Скоро две недели как я уехал из Вены. Они, наверное, уже вернулись в Плошов. Сегодня я написал тете, потому что боялся, как бы она, беспокоясь за меня, не вздумала сюда приехать. Иногда мне странно, что есть на свете человек, которому я по-настоящему дорог.
Есть люди, которые соблазняют чужих жен, обманывают их, а потом, растоптав их любовь, бросают их и спокойно уходят. Я ничего подобного не сделал; если бы Анелька отдалась мне, я бы каждую пылинку с ее дороги сдувал, лежал бы у ее ног и никакими человеческими силами нельзя было бы оторвать меня от нее. Значит, есть любовь более преступная, чем моя, а между тем на меня обрушилось такое бремя страданий, что я невольно принимаю его за страшную кару и, измеряя тяжестью этой кары свою вину, не могу отделаться от ощущения, что любовь моя была страшным преступлением.

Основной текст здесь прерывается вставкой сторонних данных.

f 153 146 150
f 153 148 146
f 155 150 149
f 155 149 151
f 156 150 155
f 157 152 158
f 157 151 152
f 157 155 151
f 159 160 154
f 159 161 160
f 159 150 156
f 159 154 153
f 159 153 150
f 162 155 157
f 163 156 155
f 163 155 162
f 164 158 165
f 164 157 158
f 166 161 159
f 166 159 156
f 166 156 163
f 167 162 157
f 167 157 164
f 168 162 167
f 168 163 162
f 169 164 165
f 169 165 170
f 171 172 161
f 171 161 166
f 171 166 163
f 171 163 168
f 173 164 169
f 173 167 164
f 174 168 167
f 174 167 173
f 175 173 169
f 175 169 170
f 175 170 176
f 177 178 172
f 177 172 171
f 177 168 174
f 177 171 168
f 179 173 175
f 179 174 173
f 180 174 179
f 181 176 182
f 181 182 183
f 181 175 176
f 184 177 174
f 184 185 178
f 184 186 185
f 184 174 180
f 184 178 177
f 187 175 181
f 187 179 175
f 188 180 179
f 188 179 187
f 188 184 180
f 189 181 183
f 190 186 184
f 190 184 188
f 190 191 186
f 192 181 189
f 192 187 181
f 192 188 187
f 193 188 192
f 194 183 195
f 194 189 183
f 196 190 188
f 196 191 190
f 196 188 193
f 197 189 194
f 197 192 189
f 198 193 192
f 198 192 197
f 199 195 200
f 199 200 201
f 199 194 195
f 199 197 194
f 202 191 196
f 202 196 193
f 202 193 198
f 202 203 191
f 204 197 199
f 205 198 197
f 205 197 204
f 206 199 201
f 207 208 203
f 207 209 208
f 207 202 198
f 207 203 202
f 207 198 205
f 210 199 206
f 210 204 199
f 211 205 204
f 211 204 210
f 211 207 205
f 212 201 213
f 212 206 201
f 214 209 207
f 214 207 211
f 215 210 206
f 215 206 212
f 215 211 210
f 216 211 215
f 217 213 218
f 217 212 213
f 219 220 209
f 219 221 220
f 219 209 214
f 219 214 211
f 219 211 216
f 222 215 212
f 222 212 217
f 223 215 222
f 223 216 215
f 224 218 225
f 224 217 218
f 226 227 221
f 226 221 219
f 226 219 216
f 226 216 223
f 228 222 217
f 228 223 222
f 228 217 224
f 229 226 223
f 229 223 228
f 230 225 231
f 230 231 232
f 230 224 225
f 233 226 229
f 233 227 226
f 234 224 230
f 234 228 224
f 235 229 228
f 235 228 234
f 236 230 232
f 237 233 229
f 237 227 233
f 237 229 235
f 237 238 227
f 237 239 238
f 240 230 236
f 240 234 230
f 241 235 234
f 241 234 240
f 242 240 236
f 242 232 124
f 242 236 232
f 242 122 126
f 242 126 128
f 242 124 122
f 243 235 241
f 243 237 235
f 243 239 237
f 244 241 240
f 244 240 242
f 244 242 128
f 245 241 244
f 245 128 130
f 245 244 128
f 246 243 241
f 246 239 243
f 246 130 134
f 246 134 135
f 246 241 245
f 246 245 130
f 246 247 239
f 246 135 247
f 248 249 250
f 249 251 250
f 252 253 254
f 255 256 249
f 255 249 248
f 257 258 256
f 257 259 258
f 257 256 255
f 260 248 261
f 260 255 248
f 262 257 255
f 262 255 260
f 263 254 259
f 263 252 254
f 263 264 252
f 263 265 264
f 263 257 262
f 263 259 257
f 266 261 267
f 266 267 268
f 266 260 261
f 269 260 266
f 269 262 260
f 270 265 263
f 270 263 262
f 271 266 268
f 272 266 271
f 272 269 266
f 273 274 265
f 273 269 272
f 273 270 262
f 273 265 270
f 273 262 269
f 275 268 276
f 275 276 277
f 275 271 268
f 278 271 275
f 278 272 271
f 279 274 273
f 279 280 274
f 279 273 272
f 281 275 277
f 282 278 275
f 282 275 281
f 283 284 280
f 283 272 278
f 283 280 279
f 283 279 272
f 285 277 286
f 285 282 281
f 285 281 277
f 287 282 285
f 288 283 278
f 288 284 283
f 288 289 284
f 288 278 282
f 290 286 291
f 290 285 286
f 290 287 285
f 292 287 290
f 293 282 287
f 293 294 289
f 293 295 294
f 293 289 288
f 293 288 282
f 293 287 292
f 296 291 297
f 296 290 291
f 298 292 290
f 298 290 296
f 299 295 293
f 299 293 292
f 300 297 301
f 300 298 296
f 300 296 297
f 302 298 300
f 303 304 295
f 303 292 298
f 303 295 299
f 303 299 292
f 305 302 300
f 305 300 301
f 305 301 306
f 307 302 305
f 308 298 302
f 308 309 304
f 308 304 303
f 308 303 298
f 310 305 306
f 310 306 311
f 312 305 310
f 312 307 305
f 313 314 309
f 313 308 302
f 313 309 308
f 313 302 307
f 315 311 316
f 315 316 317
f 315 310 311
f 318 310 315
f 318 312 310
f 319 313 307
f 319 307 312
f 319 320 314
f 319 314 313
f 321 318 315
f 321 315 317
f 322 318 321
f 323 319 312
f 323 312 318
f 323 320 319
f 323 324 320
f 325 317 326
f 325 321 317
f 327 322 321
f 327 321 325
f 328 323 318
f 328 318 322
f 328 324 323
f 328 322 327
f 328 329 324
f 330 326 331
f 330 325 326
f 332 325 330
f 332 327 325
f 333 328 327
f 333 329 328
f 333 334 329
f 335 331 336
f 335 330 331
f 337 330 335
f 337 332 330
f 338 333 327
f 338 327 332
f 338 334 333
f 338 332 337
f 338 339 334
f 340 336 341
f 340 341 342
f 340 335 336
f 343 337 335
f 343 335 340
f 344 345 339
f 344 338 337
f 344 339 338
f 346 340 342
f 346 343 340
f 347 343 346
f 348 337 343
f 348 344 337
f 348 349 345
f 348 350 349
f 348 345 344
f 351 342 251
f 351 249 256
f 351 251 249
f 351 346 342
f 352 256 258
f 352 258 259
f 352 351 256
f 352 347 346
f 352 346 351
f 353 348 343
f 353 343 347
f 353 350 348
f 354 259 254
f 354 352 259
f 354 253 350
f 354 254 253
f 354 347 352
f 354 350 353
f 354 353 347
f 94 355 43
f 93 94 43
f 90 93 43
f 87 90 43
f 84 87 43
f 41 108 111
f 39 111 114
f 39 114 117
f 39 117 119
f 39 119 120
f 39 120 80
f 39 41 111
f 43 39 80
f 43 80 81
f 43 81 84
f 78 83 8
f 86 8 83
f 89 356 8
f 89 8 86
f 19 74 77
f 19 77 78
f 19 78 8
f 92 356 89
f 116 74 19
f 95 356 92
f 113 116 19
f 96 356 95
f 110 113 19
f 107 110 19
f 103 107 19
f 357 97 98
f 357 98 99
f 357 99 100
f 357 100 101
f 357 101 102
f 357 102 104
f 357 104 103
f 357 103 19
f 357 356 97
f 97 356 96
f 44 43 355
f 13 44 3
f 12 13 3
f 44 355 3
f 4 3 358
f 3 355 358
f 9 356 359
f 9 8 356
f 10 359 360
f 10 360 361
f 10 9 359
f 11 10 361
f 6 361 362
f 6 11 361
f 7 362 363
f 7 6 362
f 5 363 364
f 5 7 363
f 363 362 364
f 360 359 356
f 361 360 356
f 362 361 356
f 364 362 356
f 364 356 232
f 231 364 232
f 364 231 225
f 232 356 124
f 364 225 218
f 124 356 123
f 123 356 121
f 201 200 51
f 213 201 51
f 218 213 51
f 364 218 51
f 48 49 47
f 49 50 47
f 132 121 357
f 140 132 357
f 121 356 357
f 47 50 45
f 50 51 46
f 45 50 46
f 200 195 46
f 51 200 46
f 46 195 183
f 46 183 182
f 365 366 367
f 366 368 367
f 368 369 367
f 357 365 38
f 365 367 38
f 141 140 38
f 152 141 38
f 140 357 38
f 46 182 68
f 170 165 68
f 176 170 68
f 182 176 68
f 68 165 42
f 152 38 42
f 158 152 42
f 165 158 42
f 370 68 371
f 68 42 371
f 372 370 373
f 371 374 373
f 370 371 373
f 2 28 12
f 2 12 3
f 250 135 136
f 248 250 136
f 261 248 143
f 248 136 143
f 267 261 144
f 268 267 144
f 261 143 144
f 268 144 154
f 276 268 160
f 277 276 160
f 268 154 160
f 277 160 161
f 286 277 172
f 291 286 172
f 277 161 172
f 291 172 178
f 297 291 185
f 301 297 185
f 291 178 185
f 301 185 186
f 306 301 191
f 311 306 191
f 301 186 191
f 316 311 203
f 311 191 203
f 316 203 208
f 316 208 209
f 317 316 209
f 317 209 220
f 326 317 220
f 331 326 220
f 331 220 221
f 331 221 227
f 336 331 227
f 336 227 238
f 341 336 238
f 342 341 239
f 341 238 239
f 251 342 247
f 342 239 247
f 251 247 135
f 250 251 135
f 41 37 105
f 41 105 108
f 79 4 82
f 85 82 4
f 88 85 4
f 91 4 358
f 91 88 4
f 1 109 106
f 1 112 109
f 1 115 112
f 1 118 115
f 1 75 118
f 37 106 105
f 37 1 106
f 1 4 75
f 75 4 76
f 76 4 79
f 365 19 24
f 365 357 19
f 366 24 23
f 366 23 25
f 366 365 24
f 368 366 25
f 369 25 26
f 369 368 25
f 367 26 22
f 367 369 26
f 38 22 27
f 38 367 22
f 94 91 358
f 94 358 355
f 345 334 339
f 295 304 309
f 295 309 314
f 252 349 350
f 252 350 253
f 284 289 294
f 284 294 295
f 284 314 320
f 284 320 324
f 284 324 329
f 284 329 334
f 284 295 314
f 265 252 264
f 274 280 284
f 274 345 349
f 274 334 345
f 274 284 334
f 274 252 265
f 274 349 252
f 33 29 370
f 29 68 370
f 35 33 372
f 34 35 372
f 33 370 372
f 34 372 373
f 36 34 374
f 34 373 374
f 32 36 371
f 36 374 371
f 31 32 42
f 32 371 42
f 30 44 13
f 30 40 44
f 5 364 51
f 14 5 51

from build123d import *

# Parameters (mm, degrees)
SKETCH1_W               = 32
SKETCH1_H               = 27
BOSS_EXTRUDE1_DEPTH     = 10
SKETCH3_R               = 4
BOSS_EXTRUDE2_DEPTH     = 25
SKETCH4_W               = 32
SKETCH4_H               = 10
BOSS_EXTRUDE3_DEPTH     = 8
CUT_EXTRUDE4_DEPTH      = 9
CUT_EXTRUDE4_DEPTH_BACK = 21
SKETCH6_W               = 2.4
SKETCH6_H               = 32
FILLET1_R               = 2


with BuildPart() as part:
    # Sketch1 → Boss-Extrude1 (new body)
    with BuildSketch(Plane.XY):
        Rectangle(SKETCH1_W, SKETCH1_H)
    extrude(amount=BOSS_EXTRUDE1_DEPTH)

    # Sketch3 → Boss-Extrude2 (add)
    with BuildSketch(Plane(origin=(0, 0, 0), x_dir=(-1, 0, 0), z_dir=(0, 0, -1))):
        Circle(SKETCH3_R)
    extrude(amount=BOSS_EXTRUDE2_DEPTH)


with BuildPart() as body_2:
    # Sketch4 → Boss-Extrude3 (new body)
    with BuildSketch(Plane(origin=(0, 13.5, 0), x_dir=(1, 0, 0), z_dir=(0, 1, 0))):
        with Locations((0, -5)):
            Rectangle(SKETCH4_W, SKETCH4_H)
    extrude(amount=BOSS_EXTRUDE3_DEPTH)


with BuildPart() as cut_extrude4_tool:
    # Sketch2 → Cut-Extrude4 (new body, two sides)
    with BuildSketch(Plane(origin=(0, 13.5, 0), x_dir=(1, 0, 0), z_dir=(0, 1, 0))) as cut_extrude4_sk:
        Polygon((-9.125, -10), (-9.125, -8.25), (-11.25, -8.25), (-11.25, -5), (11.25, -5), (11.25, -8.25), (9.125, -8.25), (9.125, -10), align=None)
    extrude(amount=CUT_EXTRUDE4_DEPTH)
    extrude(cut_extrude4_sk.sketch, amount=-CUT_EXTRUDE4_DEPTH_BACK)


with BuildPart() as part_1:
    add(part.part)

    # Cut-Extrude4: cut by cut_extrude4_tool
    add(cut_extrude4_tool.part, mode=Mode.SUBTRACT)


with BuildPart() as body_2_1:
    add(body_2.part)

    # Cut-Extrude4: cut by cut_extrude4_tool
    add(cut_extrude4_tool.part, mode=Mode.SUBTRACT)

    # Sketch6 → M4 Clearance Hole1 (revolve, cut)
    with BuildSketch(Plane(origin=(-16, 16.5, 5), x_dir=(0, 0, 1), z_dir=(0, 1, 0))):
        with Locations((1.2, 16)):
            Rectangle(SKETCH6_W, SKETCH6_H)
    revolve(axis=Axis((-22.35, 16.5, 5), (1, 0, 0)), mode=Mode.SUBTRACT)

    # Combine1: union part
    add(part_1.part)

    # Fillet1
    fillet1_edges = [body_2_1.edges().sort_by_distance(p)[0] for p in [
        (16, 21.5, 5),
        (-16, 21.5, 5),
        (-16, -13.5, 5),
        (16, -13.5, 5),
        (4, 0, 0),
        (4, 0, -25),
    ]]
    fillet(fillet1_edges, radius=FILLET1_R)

Это ощущение – что-то вроде инстинктивной тревоги, от которой не избавляет никакой скептицизм.
А ведь самые строгие моралисты не могут не согласиться, что гораздо большее преступление – увлечь женщину, не любя ее, делать хладнокровно, с расчетом то, что я делал из потребности сердца. Неужели за любовь сильную, всепоглощающую ответственность тяжелее, чем за чувства мелкие и ничтожные?
Нет, этого не может быть! Любовь моя прежде всего – страшное несчастье.
Человек без предрассудков может все же себе представить, что он чувствовал бы в том или другом случае, если бы был суеверен. Так же точно скептик может вообразить, как он молился бы, если бы был верующим. Я не только это ясно чувствую, но душа моя скорбит так, что я почти искренне обращаюсь к господу богу с молитвой: «Если я и виновен, то ведь я искупил свою вину такими мучениями, что было бы не удивительно, если бы ты смиловался надо мной».
Однако не представляю себе, в чем могло бы проявиться такое милосердие. Нет, на это нечего надеяться.
Они уже, должно быть, в Плошове. Думаю об Анельке еще часто. Ведь порвать с прошлым может только тот, у кого есть что-то впереди, а у меня – ничего, ровно ничего. Был бы я верующим, пошел бы в монахи. Был бы атеистом, решительно отвергающим существование бога, – может, уверовал бы в него. Но та часть души, которой верует человек, во мне высохла, как пересыхает иногда река. Знаю одно: религия не может дать мне утешения в горе.